BEGIN Records shown

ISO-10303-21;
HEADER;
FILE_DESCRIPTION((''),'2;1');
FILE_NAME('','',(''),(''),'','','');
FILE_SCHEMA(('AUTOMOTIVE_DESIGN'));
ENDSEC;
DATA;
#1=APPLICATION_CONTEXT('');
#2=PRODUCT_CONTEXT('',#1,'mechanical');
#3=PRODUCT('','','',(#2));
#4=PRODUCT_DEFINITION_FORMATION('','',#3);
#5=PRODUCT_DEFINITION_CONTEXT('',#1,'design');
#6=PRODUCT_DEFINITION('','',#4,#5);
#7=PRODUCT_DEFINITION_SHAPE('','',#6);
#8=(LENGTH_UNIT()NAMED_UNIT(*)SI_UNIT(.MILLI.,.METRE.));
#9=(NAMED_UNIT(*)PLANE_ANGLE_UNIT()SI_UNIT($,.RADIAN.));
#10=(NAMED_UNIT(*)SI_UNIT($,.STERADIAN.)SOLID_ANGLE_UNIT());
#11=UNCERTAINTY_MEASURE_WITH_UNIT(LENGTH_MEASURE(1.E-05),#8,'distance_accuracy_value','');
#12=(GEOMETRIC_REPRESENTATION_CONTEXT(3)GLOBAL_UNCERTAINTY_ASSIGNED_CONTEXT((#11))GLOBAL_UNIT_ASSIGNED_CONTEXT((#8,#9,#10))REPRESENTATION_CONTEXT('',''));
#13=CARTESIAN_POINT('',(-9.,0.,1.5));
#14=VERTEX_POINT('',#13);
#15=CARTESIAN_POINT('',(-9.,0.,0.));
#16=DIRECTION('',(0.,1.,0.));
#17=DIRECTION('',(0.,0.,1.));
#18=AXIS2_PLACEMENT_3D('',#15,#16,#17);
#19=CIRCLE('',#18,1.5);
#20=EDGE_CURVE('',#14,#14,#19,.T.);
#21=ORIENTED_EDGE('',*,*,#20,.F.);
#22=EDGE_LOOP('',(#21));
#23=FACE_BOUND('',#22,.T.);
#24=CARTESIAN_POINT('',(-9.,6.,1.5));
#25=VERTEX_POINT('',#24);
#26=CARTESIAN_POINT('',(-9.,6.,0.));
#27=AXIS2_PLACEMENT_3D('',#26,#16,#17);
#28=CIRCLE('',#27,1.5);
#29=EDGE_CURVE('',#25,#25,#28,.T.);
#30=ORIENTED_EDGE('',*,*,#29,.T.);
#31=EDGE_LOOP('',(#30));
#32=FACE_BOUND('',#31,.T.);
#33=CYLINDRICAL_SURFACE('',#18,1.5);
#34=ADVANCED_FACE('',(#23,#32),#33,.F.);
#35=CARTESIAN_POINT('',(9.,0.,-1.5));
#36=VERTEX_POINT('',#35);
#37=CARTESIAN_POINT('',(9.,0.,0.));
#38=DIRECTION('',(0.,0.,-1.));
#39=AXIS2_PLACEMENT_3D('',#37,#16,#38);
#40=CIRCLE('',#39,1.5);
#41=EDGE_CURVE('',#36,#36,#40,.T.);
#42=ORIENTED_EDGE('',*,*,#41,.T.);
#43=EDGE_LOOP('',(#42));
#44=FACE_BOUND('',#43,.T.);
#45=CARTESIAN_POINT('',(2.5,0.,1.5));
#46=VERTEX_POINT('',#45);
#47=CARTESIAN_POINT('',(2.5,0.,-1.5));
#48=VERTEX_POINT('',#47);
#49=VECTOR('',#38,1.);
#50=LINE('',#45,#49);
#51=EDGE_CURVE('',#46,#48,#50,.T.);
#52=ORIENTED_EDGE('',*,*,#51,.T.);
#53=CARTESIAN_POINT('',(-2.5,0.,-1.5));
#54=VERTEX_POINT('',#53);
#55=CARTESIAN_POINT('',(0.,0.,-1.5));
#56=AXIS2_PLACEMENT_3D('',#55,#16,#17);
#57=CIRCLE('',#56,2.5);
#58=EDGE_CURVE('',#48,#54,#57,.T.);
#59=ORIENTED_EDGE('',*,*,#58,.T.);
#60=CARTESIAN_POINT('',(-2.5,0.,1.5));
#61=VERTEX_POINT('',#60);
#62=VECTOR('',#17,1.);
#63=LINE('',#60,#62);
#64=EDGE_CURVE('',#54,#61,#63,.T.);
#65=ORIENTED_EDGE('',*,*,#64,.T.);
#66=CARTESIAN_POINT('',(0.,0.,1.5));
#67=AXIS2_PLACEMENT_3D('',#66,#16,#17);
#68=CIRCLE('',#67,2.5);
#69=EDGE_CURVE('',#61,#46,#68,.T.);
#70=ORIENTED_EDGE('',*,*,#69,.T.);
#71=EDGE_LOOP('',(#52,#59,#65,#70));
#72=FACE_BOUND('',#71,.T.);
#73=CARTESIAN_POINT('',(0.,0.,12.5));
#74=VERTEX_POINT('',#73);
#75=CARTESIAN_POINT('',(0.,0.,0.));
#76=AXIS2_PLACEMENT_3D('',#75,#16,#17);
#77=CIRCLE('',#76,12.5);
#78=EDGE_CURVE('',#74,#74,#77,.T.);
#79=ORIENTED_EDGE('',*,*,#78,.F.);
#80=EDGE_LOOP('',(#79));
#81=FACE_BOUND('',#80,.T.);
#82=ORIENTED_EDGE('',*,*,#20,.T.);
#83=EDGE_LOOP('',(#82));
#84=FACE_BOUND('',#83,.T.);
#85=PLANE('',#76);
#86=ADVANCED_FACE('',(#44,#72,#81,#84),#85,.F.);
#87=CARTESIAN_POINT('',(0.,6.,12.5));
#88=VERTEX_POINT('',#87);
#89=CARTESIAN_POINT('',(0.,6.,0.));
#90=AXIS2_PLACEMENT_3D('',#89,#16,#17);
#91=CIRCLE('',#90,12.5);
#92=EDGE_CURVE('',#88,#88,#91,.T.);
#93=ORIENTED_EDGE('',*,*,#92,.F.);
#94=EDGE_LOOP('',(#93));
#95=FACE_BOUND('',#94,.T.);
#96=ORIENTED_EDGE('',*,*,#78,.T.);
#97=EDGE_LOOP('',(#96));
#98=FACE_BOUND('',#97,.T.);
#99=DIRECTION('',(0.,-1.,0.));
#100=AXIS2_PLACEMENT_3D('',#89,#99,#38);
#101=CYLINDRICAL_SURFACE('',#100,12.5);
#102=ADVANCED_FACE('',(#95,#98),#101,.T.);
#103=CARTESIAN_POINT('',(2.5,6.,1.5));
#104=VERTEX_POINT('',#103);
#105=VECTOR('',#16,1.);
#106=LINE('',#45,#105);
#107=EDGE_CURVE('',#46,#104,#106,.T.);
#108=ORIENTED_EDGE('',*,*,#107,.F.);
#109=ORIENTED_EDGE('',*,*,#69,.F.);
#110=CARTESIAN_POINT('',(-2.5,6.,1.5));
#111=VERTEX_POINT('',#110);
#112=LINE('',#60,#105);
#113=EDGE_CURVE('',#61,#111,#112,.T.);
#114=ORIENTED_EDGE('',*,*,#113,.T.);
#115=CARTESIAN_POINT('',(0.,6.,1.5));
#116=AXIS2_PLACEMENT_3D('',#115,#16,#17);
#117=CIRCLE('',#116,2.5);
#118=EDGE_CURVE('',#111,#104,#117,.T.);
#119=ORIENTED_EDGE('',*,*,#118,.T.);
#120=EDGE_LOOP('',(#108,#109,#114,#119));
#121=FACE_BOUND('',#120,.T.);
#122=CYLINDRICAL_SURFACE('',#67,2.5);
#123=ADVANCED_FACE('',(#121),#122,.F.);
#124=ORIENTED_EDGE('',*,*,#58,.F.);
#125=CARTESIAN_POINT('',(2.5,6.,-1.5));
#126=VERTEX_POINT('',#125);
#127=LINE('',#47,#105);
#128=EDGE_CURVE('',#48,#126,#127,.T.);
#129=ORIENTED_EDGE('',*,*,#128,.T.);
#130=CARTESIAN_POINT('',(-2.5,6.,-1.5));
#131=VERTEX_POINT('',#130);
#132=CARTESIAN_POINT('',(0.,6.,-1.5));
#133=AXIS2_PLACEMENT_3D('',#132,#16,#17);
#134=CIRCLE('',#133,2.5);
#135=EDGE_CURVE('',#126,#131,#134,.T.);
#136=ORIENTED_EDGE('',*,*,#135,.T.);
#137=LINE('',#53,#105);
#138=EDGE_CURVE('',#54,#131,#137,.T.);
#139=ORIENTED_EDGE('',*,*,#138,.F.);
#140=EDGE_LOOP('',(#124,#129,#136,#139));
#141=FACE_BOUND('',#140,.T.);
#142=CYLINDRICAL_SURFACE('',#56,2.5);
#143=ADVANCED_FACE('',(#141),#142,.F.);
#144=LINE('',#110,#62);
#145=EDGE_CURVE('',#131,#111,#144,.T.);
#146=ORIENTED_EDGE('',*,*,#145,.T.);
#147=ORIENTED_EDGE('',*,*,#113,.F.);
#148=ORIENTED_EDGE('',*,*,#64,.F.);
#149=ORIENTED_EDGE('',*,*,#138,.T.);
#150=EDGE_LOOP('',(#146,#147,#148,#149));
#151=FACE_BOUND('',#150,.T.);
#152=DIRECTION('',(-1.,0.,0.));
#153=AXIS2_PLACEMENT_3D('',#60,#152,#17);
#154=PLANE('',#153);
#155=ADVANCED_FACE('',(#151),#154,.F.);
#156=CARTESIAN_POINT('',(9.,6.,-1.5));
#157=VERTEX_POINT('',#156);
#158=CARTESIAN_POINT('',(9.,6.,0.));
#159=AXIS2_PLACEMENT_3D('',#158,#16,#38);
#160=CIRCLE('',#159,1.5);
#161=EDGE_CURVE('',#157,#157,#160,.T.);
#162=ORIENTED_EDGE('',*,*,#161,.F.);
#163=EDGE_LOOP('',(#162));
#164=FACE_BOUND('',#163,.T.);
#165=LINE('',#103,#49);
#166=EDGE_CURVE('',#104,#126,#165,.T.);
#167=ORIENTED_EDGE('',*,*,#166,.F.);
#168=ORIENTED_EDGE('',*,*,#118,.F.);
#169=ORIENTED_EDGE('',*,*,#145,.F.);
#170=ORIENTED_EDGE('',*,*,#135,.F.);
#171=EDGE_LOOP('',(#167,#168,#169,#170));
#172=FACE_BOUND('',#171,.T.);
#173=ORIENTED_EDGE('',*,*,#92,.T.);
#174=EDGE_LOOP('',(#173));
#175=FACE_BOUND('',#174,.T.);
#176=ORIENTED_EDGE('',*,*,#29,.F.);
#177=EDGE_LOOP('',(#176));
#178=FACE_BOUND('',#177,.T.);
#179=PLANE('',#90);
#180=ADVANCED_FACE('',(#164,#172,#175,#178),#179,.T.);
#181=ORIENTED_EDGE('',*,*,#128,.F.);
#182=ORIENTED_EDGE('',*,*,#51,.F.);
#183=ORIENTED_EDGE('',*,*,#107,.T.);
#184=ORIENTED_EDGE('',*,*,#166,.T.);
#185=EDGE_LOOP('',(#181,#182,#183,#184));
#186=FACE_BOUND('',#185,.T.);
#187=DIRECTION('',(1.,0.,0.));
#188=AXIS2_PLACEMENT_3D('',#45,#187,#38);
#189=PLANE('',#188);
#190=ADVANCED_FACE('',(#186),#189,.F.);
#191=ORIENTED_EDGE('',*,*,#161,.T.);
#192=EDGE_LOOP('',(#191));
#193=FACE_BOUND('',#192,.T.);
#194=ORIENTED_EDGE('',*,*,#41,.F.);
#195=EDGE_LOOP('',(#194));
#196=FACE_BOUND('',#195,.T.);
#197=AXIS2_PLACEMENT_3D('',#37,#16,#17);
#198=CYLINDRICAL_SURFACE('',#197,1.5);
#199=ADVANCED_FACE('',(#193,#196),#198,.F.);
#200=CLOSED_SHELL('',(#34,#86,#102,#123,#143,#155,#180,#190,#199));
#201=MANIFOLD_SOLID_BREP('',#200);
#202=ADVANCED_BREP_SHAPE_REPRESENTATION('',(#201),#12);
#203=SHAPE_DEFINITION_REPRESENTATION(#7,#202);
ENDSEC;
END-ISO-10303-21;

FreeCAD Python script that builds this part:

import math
import FreeCAD as App
import Part
import Sketcher
from FreeCAD import Vector

doc = App.newDocument("Part")
body = doc.addObject("PartDesign::Body", "Body")

sketch1 = doc.addObject("Sketcher::SketchObject", "Sketch")
body.addObject(sketch1)
sketch1.AttachmentSupport = (doc.XZ_Plane, [""])
sketch1.MapMode = "FlatFace"
sketch1.addGeometry(Part.Circle(Vector(0, 0, 0), Vector(0, 0, 1), 12.5), False)
sketch1.addConstraint(Sketcher.Constraint("Coincident", 0, 3, -1, 1))
sketch1.addConstraint(Sketcher.Constraint("Diameter", 0, 25.0))
pad1 = doc.addObject("PartDesign::Pad", "Pad")
body.addObject(pad1)
pad1.Profile = sketch1
pad1.Length = 6
pad1.Reversed = True

sketch2 = doc.addObject("Sketcher::SketchObject", "Sketch001")
body.addObject(sketch2)
sketch2.AttachmentSupport = (doc.XZ_Plane, [""])
sketch2.MapMode = "FlatFace"
sketch2.AttachmentOffset = App.Placement(Vector(0, 0, -6), App.Rotation())
sketch2.addGeometry(Part.LineSegment(Vector(-2.5, -1.5, 0), Vector(-2.5, 1.5, 0)), False)
sketch2.addGeometry(Part.ArcOfCircle(Part.Circle(Vector(0, 1.5, 0), Vector(0, 0, 1), 2.5), math.radians(0), math.radians(180)), False)
sketch2.addGeometry(Part.LineSegment(Vector(2.5, 1.5, 0), Vector(2.5, -1.5, 0)), False)
sketch2.addGeometry(Part.ArcOfCircle(Part.Circle(Vector(0, -1.5, 0), Vector(0, 0, 1), 2.5), math.radians(180), math.radians(360)), False)
sketch2.addConstraint(Sketcher.Constraint("Tangent", 0, 2, 1, 2))
sketch2.addConstraint(Sketcher.Constraint("Tangent", 1, 1, 2, 1))
sketch2.addConstraint(Sketcher.Constraint("Tangent", 2, 2, 3, 2))
sketch2.addConstraint(Sketcher.Constraint("Tangent", 3, 1, 0, 1))
sketch2.addConstraint(Sketcher.Constraint("Vertical", 0))
sketch2.addConstraint(Sketcher.Constraint("Vertical", 2))
sketch2.addConstraint(Sketcher.Constraint("Symmetric", 1, 3, 3, 3, -1, 1))
sketch2.addConstraint(Sketcher.Constraint("Radius", 1, 2.5))
sketch2.addConstraint(Sketcher.Constraint("DistanceY", 0, 1, 0, 2, 3.0))
pocket1 = doc.addObject("PartDesign::Pocket", "Pocket")
body.addObject(pocket1)
pocket1.Profile = sketch2
pocket1.Type = "ThroughAll"
pocket1.Reversed = True

sketch3 = doc.addObject("Sketcher::SketchObject", "Sketch002")
body.addObject(sketch3)
sketch3.AttachmentSupport = (doc.XZ_Plane, [""])
sketch3.MapMode = "FlatFace"
sketch3.AttachmentOffset = App.Placement(Vector(0, 0, -6), App.Rotation())
sketch3.addGeometry(Part.Circle(Vector(-9, 0, 0), Vector(0, 0, 1), 1.5), False)
sketch3.addGeometry(Part.Circle(Vector(9, 0, 0), Vector(0, 0, 1), 1.5), False)
sketch3.addConstraint(Sketcher.Constraint("Equal", 0, 1))
sketch3.addConstraint(Sketcher.Constraint("Symmetric", 0, 3, 1, 3, -1, 1))
sketch3.addConstraint(Sketcher.Constraint("PointOnObject", 0, 3, -1))
sketch3.addConstraint(Sketcher.Constraint("Diameter", 0, 3.0))
sketch3.addConstraint(Sketcher.Constraint("DistanceX", 0, 3, -1, 1, 9.0))
pocket2 = doc.addObject("PartDesign::Pocket", "Pocket001")
body.addObject(pocket2)
pocket2.Profile = sketch3
pocket2.Type = "ThroughAll"
pocket2.Reversed = True

doc.recompute()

END Records shown

Reproduce word for word the lines of the records above, beginning at the first and ending with the line where "#4=PRODUCT_DEFINITION_FORMATION('','',#3);" appears, and nothing past it.

→ **Answer below**
ISO-10303-21;
HEADER;
FILE_DESCRIPTION((''),'2;1');
FILE_NAME('','',(''),(''),'','','');
FILE_SCHEMA(('AUTOMOTIVE_DESIGN'));
ENDSEC;
DATA;
#1=APPLICATION_CONTEXT('');
#2=PRODUCT_CONTEXT('',#1,'mechanical');
#3=PRODUCT('','','',(#2));
#4=PRODUCT_DEFINITION_FORMATION('','',#3);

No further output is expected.